### PROBLEM
How many of the lines below hold the word "False"? Answer only with the number.

### GIVEN INFORMATION
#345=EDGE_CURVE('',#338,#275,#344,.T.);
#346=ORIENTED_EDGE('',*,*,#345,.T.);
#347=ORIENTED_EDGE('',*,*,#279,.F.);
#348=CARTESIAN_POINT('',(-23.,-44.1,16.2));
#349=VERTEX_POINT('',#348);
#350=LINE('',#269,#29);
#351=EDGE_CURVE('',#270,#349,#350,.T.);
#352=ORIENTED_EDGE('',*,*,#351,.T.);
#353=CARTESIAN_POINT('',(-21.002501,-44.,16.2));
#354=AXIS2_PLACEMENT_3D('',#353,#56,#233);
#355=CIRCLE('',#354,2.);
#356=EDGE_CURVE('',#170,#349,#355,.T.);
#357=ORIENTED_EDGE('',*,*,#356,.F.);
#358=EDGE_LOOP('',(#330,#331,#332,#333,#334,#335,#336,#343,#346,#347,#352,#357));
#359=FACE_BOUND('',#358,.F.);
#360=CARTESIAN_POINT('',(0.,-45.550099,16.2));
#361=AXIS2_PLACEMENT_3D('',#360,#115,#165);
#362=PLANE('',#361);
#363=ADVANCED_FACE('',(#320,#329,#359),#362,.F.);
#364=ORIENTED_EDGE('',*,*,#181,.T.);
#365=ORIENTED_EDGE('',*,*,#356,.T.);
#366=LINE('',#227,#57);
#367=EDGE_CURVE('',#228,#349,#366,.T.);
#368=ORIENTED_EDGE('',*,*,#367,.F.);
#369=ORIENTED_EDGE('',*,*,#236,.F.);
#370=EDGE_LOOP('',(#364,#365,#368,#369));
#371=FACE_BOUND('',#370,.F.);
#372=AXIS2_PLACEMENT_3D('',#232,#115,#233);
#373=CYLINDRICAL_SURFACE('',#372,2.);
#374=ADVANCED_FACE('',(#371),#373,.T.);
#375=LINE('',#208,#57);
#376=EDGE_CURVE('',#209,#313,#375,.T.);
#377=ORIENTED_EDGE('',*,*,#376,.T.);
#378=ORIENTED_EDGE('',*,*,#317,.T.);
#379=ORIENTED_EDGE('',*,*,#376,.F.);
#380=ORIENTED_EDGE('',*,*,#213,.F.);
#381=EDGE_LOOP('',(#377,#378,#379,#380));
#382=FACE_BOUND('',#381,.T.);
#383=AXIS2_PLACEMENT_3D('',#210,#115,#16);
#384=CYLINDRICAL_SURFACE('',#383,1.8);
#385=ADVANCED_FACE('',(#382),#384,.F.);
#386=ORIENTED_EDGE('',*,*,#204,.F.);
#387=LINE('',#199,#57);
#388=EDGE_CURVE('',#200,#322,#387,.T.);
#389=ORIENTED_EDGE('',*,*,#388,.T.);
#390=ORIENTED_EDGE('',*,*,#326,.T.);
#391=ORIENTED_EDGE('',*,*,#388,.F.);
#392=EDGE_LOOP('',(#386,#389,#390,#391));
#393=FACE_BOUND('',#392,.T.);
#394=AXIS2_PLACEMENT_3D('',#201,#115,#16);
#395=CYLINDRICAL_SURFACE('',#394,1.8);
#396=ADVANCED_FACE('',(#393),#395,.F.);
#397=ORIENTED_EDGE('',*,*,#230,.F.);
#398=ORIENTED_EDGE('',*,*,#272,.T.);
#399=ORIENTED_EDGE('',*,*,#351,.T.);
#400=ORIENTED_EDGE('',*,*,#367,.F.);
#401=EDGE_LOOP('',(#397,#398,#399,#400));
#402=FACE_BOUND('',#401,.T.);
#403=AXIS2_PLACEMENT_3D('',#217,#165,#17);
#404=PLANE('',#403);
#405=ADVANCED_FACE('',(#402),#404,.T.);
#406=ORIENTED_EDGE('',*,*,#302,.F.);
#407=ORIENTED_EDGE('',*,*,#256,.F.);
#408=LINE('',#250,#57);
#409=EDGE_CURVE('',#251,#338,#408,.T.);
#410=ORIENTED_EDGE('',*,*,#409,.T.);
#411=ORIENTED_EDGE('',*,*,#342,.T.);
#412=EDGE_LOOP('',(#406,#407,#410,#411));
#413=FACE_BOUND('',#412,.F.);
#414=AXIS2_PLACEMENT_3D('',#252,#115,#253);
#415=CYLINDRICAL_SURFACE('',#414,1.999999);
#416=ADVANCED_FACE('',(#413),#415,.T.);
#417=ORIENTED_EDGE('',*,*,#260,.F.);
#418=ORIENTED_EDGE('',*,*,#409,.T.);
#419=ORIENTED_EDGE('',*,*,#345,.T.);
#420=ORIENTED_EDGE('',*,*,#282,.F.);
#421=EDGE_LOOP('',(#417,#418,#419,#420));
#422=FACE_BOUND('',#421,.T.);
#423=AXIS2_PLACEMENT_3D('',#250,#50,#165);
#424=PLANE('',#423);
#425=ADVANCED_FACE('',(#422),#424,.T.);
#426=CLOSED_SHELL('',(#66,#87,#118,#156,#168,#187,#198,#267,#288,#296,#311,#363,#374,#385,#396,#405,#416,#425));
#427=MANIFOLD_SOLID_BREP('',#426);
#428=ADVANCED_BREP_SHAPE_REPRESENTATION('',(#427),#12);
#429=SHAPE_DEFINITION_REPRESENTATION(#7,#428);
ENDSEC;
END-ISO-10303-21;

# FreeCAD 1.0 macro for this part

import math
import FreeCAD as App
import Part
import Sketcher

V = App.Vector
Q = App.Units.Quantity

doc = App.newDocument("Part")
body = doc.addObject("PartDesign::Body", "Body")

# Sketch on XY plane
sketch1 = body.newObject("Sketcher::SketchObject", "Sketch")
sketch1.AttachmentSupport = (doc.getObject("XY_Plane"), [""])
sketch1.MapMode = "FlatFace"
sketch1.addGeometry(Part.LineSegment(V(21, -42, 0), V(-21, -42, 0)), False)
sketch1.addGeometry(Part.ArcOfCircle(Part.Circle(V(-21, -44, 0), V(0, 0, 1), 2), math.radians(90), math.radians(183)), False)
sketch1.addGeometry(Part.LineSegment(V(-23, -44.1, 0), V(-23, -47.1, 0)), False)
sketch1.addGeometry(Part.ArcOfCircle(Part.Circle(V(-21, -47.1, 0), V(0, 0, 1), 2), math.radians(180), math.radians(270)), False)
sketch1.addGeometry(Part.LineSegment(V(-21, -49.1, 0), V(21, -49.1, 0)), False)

### EXERCISE SOLUTION
5